_The input_

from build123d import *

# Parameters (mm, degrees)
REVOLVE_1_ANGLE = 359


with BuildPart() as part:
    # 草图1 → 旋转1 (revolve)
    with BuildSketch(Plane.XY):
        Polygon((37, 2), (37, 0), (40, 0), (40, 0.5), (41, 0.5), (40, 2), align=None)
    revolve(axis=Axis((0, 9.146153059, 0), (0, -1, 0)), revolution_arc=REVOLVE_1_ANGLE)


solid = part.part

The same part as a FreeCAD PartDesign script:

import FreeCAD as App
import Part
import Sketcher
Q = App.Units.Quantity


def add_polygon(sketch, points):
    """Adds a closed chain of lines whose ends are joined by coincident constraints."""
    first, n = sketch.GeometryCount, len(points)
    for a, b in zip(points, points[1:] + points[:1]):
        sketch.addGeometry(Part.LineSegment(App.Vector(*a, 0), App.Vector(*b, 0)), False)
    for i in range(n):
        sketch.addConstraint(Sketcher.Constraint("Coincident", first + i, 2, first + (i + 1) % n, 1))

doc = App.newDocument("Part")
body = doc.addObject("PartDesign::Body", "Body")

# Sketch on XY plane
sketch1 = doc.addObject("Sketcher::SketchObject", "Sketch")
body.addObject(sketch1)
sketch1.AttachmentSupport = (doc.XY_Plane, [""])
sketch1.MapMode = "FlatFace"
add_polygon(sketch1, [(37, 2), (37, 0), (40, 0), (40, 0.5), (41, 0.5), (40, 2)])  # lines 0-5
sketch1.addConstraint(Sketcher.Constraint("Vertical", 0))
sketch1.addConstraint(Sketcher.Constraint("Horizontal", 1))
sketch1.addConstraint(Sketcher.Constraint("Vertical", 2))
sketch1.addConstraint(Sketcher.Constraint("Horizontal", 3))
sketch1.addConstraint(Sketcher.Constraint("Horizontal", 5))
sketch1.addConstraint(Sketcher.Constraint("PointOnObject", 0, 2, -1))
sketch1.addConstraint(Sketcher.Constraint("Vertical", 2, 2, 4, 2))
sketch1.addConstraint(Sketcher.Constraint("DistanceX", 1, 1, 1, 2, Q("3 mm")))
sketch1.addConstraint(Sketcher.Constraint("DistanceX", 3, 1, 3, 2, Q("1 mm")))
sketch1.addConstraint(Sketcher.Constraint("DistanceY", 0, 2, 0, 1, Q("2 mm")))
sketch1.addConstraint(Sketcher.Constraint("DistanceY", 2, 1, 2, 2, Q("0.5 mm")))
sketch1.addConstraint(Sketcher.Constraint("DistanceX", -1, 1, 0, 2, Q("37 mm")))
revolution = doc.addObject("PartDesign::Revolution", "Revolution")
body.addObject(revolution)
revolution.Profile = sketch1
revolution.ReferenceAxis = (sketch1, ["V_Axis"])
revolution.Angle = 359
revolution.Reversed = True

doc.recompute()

==

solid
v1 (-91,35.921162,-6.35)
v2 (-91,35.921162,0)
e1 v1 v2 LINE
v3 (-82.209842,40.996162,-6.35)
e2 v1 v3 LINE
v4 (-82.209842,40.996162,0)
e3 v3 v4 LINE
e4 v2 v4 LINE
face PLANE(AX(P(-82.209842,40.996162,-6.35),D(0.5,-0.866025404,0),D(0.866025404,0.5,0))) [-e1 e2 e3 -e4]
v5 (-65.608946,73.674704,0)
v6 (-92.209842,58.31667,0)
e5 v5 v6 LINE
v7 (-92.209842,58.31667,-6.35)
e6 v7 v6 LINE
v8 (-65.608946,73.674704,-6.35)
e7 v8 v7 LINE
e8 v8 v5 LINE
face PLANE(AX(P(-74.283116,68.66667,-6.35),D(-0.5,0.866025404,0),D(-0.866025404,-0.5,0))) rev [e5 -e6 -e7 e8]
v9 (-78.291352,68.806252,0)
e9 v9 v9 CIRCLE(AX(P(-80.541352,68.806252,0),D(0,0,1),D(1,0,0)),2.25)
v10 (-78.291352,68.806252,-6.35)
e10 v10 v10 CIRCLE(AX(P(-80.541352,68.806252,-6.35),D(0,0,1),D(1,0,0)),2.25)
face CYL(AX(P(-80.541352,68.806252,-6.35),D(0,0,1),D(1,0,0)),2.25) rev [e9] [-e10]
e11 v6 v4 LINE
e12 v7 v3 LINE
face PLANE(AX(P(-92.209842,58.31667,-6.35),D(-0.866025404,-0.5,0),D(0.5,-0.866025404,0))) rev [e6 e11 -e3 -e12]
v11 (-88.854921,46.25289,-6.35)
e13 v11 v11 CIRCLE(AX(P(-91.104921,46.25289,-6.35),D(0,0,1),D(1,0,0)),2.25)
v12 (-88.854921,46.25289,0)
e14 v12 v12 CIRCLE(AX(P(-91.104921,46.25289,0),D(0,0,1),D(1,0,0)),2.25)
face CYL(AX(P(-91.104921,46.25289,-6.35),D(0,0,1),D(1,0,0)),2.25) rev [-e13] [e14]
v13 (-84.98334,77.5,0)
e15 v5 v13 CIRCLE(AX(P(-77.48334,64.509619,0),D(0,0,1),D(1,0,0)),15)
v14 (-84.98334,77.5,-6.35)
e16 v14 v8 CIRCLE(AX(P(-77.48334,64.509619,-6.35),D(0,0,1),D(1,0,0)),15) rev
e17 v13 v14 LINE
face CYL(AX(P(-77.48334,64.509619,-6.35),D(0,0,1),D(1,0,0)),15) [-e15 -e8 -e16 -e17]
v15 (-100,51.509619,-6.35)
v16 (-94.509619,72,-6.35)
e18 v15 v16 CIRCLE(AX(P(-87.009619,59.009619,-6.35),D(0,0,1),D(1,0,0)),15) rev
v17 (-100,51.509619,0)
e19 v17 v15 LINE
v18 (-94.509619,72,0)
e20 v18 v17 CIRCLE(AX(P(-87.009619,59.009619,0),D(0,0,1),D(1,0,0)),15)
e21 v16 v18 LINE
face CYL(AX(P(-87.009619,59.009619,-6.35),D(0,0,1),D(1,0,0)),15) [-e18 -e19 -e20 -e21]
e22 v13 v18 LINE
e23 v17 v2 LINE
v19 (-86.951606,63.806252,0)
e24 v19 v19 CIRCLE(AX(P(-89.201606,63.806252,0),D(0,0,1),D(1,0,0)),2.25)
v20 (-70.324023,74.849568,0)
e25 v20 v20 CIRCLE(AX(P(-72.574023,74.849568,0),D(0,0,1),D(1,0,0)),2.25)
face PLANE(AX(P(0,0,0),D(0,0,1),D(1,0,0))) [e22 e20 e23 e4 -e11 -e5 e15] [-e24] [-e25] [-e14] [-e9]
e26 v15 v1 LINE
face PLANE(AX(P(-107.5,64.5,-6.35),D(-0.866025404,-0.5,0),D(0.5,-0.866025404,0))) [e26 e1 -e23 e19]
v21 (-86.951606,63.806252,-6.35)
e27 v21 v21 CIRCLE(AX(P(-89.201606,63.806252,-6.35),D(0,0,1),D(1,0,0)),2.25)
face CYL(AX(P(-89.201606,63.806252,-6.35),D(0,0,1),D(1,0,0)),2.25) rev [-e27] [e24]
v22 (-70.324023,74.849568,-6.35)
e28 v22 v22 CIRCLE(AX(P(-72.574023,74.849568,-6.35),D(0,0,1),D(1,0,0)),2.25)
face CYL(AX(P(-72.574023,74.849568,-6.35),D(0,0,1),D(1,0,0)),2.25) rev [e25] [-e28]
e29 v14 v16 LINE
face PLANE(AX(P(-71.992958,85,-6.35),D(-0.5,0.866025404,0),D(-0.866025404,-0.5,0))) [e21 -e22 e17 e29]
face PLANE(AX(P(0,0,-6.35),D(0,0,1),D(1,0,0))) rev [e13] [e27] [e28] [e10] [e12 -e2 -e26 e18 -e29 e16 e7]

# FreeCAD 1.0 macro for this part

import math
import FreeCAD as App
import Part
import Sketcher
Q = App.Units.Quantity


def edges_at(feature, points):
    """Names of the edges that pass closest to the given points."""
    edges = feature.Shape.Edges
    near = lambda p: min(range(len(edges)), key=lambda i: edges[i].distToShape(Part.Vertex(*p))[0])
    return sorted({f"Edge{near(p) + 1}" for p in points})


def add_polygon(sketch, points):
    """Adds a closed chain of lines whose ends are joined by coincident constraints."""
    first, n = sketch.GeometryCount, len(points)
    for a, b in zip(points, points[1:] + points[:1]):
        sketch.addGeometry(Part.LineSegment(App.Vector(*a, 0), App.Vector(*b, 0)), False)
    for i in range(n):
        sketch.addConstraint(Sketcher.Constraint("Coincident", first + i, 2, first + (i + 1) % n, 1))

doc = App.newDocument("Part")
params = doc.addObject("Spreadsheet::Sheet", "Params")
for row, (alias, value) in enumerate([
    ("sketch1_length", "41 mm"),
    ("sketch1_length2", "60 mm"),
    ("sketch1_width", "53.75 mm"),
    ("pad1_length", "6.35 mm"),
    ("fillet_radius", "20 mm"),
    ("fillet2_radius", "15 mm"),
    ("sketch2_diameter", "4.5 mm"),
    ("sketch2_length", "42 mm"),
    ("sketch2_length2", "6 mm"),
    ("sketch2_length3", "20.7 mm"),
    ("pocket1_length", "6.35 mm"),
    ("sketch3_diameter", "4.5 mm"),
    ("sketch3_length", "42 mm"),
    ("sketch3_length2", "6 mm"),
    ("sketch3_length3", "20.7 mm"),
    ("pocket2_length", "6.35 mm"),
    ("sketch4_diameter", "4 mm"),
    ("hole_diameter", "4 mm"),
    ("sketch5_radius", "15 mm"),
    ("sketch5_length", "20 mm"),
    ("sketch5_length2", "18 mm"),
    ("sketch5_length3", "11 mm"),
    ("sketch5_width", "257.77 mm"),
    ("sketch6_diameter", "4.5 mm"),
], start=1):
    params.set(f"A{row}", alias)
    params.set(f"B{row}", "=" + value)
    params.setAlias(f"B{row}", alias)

_Action item_
The exact lines of the material above starting at the one that contains "v13 (-84.98334,77.5,0)" and ending at the one that contains "e26 v15 v1 LINE" are what to retype; leave out everything else.

_Exercise response_
v13 (-84.98334,77.5,0)
e15 v5 v13 CIRCLE(AX(P(-77.48334,64.509619,0),D(0,0,1),D(1,0,0)),15)
v14 (-84.98334,77.5,-6.35)
e16 v14 v8 CIRCLE(AX(P(-77.48334,64.509619,-6.35),D(0,0,1),D(1,0,0)),15) rev
e17 v13 v14 LINE
face CYL(AX(P(-77.48334,64.509619,-6.35),D(0,0,1),D(1,0,0)),15) [-e15 -e8 -e16 -e17]
v15 (-100,51.509619,-6.35)
v16 (-94.509619,72,-6.35)
e18 v15 v16 CIRCLE(AX(P(-87.009619,59.009619,-6.35),D(0,0,1),D(1,0,0)),15) rev
v17 (-100,51.509619,0)
e19 v17 v15 LINE
v18 (-94.509619,72,0)
e20 v18 v17 CIRCLE(AX(P(-87.009619,59.009619,0),D(0,0,1),D(1,0,0)),15)
e21 v16 v18 LINE
face CYL(AX(P(-87.009619,59.009619,-6.35),D(0,0,1),D(1,0,0)),15) [-e18 -e19 -e20 -e21]
e22 v13 v18 LINE
e23 v17 v2 LINE
v19 (-86.951606,63.806252,0)
e24 v19 v19 CIRCLE(AX(P(-89.201606,63.806252,0),D(0,0,1),D(1,0,0)),2.25)
v20 (-70.324023,74.849568,0)
e25 v20 v20 CIRCLE(AX(P(-72.574023,74.849568,0),D(0,0,1),D(1,0,0)),2.25)
face PLANE(AX(P(0,0,0),D(0,0,1),D(1,0,0))) [e22 e20 e23 e4 -e11 -e5 e15] [-e24] [-e25] [-e14] [-e9]
e26 v15 v1 LINE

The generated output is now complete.